Under another method–the two-cycle average daily balance
method–creditors use the average daily balances for two billing cycles
to compute your finance charge. Again, payments will be taken into
account in figuring the balances, but new purchases may or may not be

Be aware that the amount of the finance charge may vary considerably
depending on the method used, even for the same pattern of purchases and

If you receive a credit card offer or an application, the creditor must
give you information about the APR and other important terms of the plan
at that time. Likewise, with a home equity plan, information must be
given to you with an application.

Truth in Lending does not set the rates or tell the creditor how to
calculate finance charges–it only requires that the creditor tell you
the method that it uses.
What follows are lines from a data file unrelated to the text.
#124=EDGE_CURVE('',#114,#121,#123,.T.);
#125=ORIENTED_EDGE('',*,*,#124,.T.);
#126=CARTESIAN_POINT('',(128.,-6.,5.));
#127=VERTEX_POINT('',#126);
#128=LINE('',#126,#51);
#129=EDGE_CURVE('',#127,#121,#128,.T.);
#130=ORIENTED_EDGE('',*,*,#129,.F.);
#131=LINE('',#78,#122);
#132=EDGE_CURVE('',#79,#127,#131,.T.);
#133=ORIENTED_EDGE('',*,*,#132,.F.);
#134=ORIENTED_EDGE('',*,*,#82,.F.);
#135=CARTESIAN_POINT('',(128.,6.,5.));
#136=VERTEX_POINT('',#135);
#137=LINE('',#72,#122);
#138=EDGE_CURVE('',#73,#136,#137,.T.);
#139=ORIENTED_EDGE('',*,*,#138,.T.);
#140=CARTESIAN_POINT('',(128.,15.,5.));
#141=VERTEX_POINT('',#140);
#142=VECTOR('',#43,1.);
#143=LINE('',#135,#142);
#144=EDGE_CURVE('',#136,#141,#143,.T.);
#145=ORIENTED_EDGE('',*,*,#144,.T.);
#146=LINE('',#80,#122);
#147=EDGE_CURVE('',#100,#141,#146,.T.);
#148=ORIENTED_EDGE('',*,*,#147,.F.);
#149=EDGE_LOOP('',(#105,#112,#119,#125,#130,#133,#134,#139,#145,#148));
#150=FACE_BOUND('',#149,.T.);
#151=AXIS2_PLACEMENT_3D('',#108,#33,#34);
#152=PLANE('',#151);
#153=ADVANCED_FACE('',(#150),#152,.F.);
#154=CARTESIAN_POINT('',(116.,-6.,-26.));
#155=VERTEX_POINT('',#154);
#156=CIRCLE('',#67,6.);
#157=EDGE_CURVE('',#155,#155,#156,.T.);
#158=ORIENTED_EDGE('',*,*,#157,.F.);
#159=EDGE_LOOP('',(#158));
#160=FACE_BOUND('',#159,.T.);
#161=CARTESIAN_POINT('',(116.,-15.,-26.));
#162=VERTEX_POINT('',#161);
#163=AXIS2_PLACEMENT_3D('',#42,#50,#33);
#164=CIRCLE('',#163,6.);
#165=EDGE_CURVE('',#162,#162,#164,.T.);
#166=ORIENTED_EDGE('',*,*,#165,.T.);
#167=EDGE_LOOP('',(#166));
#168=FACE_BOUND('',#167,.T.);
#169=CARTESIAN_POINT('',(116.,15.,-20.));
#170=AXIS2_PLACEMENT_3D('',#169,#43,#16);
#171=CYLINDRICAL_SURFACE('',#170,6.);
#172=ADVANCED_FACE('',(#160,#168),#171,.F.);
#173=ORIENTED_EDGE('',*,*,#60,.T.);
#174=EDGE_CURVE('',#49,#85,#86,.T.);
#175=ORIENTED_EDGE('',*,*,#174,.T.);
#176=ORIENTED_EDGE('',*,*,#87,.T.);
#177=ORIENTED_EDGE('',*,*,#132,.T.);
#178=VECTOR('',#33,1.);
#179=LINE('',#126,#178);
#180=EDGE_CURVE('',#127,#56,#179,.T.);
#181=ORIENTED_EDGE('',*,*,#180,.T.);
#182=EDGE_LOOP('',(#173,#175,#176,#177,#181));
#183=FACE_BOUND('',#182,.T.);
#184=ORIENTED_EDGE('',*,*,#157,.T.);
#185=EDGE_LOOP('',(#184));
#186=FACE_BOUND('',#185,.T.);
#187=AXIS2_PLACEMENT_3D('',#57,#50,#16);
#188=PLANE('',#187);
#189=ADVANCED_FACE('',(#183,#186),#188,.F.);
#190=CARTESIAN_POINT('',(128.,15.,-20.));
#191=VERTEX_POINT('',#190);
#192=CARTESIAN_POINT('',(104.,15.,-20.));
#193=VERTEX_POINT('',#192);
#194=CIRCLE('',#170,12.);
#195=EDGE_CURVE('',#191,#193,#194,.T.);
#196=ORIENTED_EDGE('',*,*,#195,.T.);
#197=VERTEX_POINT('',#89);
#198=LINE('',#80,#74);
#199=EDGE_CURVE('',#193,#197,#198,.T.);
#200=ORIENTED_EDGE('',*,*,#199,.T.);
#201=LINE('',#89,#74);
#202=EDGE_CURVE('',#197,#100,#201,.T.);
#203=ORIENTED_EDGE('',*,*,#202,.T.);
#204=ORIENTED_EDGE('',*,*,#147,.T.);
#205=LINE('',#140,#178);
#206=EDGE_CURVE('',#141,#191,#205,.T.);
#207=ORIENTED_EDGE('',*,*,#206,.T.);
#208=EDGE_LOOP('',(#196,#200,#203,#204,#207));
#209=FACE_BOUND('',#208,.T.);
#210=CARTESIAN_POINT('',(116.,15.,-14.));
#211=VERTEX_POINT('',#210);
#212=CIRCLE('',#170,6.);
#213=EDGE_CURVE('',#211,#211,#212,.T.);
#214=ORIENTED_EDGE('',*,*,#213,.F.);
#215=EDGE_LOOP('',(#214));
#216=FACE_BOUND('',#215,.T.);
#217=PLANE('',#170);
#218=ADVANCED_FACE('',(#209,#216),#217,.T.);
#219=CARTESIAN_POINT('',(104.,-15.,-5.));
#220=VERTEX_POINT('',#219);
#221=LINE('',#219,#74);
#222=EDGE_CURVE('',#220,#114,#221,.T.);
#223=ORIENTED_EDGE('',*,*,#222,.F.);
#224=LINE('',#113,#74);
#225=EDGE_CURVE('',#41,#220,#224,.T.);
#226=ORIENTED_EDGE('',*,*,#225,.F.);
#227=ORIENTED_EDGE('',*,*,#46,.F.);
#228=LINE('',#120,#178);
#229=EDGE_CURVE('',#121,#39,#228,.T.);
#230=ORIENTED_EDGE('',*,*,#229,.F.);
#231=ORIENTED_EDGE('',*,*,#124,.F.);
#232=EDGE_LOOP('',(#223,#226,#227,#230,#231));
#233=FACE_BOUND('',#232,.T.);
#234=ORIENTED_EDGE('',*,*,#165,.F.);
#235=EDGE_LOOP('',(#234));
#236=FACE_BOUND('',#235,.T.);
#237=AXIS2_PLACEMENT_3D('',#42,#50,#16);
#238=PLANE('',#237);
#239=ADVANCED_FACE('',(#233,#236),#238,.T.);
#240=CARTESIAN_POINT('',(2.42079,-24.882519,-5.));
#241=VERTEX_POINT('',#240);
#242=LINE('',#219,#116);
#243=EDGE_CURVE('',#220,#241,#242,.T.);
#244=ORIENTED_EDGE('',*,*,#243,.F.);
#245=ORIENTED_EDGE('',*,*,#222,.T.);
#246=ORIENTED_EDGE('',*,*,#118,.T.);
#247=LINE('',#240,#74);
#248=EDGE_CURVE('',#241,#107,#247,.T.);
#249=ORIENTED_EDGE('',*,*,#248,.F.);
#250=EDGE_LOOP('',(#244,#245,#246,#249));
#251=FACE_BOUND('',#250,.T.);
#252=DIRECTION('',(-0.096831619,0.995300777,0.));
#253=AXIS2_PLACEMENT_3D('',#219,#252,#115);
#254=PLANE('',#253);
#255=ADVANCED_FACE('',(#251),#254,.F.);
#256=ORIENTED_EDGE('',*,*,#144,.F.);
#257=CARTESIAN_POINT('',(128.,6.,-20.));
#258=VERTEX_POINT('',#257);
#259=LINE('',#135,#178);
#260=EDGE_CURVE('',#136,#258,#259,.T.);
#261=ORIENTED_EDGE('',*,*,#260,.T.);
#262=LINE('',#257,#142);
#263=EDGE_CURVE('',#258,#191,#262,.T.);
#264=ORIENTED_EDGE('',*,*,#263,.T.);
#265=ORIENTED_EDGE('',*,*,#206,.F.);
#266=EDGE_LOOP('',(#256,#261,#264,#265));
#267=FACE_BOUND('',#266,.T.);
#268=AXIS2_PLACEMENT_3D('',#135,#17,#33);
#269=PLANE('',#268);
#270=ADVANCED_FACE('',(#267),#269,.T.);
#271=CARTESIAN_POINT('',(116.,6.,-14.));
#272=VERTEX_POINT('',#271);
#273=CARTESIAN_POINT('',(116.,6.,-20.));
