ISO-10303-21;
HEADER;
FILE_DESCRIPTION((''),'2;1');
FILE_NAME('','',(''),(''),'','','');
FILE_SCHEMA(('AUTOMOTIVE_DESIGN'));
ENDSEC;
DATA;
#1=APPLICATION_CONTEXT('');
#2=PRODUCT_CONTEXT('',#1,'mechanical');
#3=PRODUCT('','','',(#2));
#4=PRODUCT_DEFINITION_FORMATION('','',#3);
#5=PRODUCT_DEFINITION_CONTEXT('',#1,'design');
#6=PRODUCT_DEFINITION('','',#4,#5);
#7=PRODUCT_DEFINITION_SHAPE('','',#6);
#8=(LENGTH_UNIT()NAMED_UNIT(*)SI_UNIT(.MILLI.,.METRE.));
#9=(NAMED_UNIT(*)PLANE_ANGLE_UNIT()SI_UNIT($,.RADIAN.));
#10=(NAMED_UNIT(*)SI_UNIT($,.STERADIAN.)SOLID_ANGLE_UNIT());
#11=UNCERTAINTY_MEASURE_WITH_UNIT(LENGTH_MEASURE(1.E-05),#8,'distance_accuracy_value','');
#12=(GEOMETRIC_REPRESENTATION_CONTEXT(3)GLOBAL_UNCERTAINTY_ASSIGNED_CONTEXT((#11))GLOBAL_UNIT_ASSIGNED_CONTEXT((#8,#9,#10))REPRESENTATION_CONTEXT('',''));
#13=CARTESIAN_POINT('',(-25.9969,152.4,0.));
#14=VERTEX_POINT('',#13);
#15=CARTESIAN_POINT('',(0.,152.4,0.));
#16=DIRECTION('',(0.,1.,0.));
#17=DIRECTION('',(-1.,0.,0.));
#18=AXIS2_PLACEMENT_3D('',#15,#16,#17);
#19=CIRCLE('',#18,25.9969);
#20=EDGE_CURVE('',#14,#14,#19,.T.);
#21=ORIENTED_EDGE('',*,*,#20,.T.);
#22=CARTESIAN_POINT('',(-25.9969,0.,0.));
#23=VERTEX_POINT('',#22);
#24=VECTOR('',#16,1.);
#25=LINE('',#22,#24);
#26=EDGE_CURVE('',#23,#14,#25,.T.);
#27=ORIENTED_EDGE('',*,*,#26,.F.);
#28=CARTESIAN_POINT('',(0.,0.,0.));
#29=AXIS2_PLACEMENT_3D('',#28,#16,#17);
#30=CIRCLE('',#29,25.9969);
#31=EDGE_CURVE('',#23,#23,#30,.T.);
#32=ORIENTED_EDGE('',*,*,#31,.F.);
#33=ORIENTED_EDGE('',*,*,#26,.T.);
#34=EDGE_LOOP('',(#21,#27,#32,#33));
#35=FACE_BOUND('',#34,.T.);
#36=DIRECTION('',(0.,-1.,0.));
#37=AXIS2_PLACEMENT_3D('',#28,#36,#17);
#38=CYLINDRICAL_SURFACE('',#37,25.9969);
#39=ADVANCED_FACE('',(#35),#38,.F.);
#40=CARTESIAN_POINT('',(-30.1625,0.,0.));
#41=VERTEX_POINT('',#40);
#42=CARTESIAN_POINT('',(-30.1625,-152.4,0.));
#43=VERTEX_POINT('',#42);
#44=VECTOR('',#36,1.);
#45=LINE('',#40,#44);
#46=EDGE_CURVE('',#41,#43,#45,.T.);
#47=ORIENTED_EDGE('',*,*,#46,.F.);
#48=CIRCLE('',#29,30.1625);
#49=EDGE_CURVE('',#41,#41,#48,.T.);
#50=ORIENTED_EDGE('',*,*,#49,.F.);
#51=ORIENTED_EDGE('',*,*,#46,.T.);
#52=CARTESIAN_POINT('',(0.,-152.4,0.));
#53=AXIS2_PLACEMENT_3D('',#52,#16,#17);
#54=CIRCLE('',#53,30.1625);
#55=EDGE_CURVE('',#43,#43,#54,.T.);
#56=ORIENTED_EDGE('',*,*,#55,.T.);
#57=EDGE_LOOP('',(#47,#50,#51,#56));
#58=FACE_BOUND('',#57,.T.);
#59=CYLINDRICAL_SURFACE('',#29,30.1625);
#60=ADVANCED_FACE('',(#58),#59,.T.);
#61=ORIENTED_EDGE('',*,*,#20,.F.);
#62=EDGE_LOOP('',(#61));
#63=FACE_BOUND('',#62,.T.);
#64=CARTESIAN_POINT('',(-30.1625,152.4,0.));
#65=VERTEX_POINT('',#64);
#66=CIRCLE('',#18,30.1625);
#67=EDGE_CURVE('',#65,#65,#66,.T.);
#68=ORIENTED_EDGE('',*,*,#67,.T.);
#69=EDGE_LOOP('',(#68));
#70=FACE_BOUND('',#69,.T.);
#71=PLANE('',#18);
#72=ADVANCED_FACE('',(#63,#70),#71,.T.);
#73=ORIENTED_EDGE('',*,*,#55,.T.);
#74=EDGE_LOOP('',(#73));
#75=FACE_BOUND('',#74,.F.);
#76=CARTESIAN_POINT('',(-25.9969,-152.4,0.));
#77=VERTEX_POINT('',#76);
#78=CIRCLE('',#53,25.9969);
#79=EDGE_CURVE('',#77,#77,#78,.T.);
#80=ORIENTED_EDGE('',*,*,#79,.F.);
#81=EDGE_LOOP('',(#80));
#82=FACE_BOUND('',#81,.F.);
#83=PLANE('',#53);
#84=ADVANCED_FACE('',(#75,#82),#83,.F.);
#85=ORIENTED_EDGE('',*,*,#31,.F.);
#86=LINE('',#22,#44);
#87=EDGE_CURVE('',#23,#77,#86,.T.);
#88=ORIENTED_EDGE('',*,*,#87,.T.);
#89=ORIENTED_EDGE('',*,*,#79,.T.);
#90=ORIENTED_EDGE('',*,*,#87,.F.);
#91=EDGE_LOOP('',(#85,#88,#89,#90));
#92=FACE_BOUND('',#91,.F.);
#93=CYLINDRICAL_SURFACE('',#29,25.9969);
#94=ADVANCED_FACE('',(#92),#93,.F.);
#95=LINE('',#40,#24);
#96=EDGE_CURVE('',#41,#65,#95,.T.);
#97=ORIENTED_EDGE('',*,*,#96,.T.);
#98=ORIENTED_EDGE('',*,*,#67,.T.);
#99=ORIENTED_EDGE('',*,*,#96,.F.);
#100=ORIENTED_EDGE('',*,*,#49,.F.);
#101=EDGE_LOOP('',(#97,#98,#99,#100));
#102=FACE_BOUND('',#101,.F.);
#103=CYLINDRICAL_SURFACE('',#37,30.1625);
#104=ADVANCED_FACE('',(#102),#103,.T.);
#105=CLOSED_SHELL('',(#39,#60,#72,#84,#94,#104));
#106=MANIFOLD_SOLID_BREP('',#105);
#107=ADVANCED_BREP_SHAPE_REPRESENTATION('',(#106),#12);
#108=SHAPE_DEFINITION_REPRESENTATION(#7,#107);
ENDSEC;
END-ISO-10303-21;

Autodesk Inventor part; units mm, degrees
ref_plane "YZ Plane" through (0, 0, 0) normal (1, 0, 0) x (0, 1, 0)
ref_plane "XZ Plane" through (0, 0, 0) normal (0, 1, 0) x (-1, 0, 0)
ref_plane "XY Plane" through (0, 0, 0) normal (0, 0, 1) x (1, 0, 0)
sketch "Sketch1" plane through (0, 0, 0) normal (0, 1, 0) x (-1, 0, 0)
  circle A0 centre (0, 0) radius 30.1625
  circle A1 centre (0, 0) radius 25.9969
  dimension "d0" = 60.325
  dimension "d1" = 51.9938
extrude "Extrusion1" add sketch "Sketch1" along normal mid plane 304.8
properties part number "railSeperator" material "ABS Plastic"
You should ask for an explanation of any terms
you don’t understand.

Leasing Costs and Terms

Leasing gives you temporary use of property in return for periodic
payments. It has become a popular alternative to buying–under certain
circumstances. For instance, you might consider leasing furniture for an
apartment you’ll use only for a year. The Consumer Leasing law requires
leasing companies to give you the facts about the costs and terms of
their contracts, to help you decide whether leasing is a good idea.

The law applies to personal property leased to you for more than four
months for personal, family, or household use. It covers, for example,
long-term rentals of cars, furniture, and appliances, but not daily car
rentals or leases for apartments.

Before you agree to a lease, the leasing company must give you a written
statement of costs, including the amount of any security deposit, the
amount of your monthly payments, and the amount you must pay for
licensing, registration, taxes, and maintenance.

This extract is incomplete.